Below are the records; give again exactly the line with "f 242 539 540", the line with "f 95 97 544", and each line that lies between them, and nothing besides.

Dataset entries
----

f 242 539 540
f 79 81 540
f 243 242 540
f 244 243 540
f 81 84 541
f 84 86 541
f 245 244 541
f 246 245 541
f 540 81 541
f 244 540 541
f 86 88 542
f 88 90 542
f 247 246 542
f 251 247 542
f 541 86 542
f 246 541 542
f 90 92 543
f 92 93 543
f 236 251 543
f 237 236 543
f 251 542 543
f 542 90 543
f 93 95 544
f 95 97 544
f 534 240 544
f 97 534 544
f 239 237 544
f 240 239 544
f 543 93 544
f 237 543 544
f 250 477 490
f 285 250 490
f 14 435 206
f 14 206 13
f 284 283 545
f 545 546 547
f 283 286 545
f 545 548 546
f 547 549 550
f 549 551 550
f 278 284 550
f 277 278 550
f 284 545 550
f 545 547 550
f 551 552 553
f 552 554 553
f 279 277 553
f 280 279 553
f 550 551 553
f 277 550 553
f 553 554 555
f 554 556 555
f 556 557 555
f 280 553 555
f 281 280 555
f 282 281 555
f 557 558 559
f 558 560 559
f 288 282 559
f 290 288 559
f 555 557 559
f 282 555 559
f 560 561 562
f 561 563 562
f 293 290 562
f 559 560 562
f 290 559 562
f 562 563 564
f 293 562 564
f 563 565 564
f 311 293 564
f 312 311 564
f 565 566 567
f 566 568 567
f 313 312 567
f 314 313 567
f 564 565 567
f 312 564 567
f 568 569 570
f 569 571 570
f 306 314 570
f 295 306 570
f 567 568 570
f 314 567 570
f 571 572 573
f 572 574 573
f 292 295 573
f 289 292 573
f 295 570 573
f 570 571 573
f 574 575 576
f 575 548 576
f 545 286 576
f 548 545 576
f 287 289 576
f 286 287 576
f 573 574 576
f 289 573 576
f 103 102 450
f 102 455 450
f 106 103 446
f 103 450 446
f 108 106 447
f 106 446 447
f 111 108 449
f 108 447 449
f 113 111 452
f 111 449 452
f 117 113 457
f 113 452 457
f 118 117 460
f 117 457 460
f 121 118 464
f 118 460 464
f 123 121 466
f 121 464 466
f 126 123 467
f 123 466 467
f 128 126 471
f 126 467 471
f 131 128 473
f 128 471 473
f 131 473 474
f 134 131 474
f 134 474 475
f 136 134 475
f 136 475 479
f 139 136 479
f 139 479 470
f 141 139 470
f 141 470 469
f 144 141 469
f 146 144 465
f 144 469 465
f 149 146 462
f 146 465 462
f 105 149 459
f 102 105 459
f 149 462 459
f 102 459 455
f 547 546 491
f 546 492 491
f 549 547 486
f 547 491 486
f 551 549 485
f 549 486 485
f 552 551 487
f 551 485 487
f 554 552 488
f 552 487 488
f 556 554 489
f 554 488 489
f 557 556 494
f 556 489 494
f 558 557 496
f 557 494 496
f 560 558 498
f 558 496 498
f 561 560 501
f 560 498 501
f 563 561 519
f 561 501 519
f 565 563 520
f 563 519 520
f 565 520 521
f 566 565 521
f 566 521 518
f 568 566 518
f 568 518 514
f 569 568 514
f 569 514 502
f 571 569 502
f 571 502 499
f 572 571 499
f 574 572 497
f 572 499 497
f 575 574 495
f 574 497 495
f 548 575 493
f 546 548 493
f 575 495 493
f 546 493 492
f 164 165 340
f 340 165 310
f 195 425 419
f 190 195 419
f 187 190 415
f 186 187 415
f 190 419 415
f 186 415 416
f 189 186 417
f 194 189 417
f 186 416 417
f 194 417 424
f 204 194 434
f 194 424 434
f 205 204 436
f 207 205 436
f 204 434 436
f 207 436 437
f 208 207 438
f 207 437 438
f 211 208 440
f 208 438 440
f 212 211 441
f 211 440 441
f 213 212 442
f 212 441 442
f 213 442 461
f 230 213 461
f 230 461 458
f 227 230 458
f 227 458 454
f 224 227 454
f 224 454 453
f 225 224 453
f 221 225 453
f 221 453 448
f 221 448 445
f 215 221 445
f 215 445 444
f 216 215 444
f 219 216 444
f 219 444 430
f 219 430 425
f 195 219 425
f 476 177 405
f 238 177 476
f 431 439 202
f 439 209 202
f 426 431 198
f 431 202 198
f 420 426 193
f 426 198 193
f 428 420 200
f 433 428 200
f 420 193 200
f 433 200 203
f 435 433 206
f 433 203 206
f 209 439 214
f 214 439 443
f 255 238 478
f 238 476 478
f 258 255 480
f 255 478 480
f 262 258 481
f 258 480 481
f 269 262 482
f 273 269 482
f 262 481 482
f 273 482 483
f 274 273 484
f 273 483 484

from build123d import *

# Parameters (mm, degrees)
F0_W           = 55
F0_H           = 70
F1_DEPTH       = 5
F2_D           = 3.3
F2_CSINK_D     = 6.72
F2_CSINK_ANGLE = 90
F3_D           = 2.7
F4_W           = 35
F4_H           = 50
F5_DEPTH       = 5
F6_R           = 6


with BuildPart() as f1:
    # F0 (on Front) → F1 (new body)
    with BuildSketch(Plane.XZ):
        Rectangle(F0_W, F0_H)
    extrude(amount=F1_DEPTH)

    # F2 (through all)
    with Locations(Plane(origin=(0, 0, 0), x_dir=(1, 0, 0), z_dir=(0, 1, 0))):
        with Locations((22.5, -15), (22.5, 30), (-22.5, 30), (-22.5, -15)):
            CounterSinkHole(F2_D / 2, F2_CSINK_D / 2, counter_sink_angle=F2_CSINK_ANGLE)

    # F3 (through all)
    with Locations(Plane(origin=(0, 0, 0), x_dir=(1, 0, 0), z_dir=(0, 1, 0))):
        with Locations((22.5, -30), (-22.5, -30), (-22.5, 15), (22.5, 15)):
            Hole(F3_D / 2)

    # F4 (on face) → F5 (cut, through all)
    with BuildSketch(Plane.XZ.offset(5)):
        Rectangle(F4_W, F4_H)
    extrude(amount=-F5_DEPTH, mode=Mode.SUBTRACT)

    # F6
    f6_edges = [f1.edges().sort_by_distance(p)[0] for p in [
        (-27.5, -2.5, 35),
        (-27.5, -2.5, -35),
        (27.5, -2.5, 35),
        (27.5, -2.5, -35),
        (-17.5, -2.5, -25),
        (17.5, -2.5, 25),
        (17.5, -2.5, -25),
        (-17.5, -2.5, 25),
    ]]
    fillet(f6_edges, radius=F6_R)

----

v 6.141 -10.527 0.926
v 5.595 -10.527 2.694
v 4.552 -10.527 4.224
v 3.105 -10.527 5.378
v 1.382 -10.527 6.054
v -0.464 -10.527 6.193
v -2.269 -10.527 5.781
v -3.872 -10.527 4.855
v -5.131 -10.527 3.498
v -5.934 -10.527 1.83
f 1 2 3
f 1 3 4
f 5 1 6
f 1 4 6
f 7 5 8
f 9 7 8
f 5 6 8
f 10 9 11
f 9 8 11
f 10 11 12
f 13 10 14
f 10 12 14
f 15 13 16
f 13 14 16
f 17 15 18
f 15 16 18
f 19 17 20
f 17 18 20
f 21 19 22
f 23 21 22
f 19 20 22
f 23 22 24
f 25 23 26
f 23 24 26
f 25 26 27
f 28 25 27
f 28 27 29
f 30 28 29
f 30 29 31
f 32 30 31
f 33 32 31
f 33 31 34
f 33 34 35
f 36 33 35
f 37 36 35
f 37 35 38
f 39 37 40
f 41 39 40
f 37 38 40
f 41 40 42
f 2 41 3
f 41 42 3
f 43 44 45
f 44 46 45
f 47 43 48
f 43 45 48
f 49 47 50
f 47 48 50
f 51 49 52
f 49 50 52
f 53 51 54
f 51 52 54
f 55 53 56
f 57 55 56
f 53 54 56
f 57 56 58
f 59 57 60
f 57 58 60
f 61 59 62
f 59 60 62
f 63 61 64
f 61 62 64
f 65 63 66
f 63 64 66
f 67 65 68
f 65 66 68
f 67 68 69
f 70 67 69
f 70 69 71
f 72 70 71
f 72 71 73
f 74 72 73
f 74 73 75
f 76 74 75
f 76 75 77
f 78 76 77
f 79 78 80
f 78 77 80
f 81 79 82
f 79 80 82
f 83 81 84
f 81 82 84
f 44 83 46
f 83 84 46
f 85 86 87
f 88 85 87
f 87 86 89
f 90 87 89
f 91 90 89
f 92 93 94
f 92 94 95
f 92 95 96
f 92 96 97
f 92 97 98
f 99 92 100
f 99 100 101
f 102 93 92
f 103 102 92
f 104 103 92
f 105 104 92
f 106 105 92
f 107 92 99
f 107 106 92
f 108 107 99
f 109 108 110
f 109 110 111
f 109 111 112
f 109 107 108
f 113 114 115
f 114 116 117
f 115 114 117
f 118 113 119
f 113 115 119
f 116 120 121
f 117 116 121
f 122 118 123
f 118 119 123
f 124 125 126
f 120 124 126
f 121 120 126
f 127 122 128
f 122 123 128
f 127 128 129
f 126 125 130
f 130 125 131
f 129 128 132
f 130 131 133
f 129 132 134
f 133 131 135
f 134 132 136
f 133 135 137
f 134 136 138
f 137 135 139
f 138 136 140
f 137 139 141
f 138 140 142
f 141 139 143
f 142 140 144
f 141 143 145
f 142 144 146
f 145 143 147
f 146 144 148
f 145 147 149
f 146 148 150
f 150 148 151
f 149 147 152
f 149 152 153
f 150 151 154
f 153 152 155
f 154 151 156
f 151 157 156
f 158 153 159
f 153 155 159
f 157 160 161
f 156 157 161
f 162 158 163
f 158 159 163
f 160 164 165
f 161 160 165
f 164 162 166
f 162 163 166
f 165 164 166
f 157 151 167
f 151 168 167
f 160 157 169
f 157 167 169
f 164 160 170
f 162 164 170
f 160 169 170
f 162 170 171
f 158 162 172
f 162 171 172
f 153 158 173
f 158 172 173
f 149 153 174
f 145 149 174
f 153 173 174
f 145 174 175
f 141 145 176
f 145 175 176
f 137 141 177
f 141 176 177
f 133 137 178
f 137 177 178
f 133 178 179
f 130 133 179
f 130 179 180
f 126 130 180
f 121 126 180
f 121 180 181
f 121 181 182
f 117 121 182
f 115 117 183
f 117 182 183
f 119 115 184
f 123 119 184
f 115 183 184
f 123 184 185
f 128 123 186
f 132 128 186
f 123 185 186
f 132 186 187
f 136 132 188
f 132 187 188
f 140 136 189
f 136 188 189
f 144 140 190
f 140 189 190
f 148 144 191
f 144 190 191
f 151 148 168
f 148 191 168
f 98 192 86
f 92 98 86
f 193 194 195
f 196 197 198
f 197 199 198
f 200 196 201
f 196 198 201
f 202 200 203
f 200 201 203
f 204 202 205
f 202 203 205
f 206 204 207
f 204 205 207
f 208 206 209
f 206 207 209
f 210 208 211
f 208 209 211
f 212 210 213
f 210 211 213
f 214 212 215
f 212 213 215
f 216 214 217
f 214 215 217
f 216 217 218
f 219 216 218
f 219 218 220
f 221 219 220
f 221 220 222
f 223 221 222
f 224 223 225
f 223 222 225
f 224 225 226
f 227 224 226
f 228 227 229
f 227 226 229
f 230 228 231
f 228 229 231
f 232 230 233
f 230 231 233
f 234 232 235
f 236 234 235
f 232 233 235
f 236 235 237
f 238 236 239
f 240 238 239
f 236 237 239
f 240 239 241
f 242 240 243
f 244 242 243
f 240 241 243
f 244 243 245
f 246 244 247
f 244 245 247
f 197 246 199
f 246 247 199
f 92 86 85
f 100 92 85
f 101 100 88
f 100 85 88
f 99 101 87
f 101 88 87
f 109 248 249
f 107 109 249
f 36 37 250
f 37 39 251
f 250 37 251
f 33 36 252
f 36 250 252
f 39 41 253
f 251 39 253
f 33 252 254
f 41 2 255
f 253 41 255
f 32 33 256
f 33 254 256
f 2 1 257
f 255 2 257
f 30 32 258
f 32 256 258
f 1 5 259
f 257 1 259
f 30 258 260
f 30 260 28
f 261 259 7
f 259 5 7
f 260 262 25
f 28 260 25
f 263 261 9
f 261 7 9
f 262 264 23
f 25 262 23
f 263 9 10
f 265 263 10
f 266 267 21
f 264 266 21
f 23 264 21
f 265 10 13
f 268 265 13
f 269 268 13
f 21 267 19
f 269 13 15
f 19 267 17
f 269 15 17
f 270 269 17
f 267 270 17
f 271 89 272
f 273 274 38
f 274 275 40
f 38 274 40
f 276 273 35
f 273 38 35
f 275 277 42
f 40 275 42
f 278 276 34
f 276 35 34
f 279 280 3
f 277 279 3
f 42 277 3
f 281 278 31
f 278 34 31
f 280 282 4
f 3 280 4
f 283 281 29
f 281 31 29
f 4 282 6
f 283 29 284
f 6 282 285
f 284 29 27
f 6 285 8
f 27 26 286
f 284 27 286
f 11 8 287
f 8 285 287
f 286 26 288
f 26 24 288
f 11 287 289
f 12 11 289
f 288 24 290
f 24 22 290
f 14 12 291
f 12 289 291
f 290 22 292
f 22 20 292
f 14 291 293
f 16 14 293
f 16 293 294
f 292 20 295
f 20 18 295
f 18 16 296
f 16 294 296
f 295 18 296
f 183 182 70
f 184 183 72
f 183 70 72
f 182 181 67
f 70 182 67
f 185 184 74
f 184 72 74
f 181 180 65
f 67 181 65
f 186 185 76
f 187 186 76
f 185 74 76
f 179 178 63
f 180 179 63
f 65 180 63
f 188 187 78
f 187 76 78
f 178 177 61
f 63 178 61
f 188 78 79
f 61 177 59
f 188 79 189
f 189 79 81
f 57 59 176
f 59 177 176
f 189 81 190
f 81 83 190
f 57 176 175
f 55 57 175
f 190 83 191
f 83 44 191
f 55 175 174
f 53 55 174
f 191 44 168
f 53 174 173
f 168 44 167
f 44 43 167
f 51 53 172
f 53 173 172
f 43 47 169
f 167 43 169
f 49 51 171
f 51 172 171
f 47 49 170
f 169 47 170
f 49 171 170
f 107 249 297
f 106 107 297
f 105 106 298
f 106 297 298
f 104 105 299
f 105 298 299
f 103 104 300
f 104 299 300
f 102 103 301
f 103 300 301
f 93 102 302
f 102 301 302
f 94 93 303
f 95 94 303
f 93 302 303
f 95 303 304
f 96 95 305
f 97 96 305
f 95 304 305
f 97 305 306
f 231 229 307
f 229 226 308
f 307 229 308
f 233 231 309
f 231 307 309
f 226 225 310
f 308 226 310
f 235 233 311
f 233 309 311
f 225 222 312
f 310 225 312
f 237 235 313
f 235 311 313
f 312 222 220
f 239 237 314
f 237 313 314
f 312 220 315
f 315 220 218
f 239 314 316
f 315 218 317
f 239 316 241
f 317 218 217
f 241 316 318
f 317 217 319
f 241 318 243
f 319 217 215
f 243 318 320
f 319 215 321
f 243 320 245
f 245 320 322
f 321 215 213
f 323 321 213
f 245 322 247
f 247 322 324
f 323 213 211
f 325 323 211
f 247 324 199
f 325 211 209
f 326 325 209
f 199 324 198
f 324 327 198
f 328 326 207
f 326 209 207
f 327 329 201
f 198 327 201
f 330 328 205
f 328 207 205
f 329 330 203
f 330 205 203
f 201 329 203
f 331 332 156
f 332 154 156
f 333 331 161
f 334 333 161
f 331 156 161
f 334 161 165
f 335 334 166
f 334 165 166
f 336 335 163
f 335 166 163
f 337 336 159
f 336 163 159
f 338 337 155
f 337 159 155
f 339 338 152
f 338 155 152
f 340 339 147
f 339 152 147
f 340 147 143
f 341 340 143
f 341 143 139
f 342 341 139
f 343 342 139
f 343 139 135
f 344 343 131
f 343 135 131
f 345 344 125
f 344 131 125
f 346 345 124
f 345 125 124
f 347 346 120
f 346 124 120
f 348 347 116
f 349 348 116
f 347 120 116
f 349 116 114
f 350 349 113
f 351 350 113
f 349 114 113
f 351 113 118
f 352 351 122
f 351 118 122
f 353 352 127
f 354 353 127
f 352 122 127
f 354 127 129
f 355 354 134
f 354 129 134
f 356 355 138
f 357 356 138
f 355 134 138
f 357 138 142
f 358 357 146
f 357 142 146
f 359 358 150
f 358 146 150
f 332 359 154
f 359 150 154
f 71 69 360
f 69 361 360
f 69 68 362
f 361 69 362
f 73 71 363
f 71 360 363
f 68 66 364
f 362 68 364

----

• Answer section:
f 242 539 540
f 79 81 540
f 243 242 540
f 244 243 540
f 81 84 541
f 84 86 541
f 245 244 541
f 246 245 541
f 540 81 541
f 244 540 541
f 86 88 542
f 88 90 542
f 247 246 542
f 251 247 542
f 541 86 542
f 246 541 542
f 90 92 543
f 92 93 543
f 236 251 543
f 237 236 543
f 251 542 543
f 542 90 543
f 93 95 544
f 95 97 544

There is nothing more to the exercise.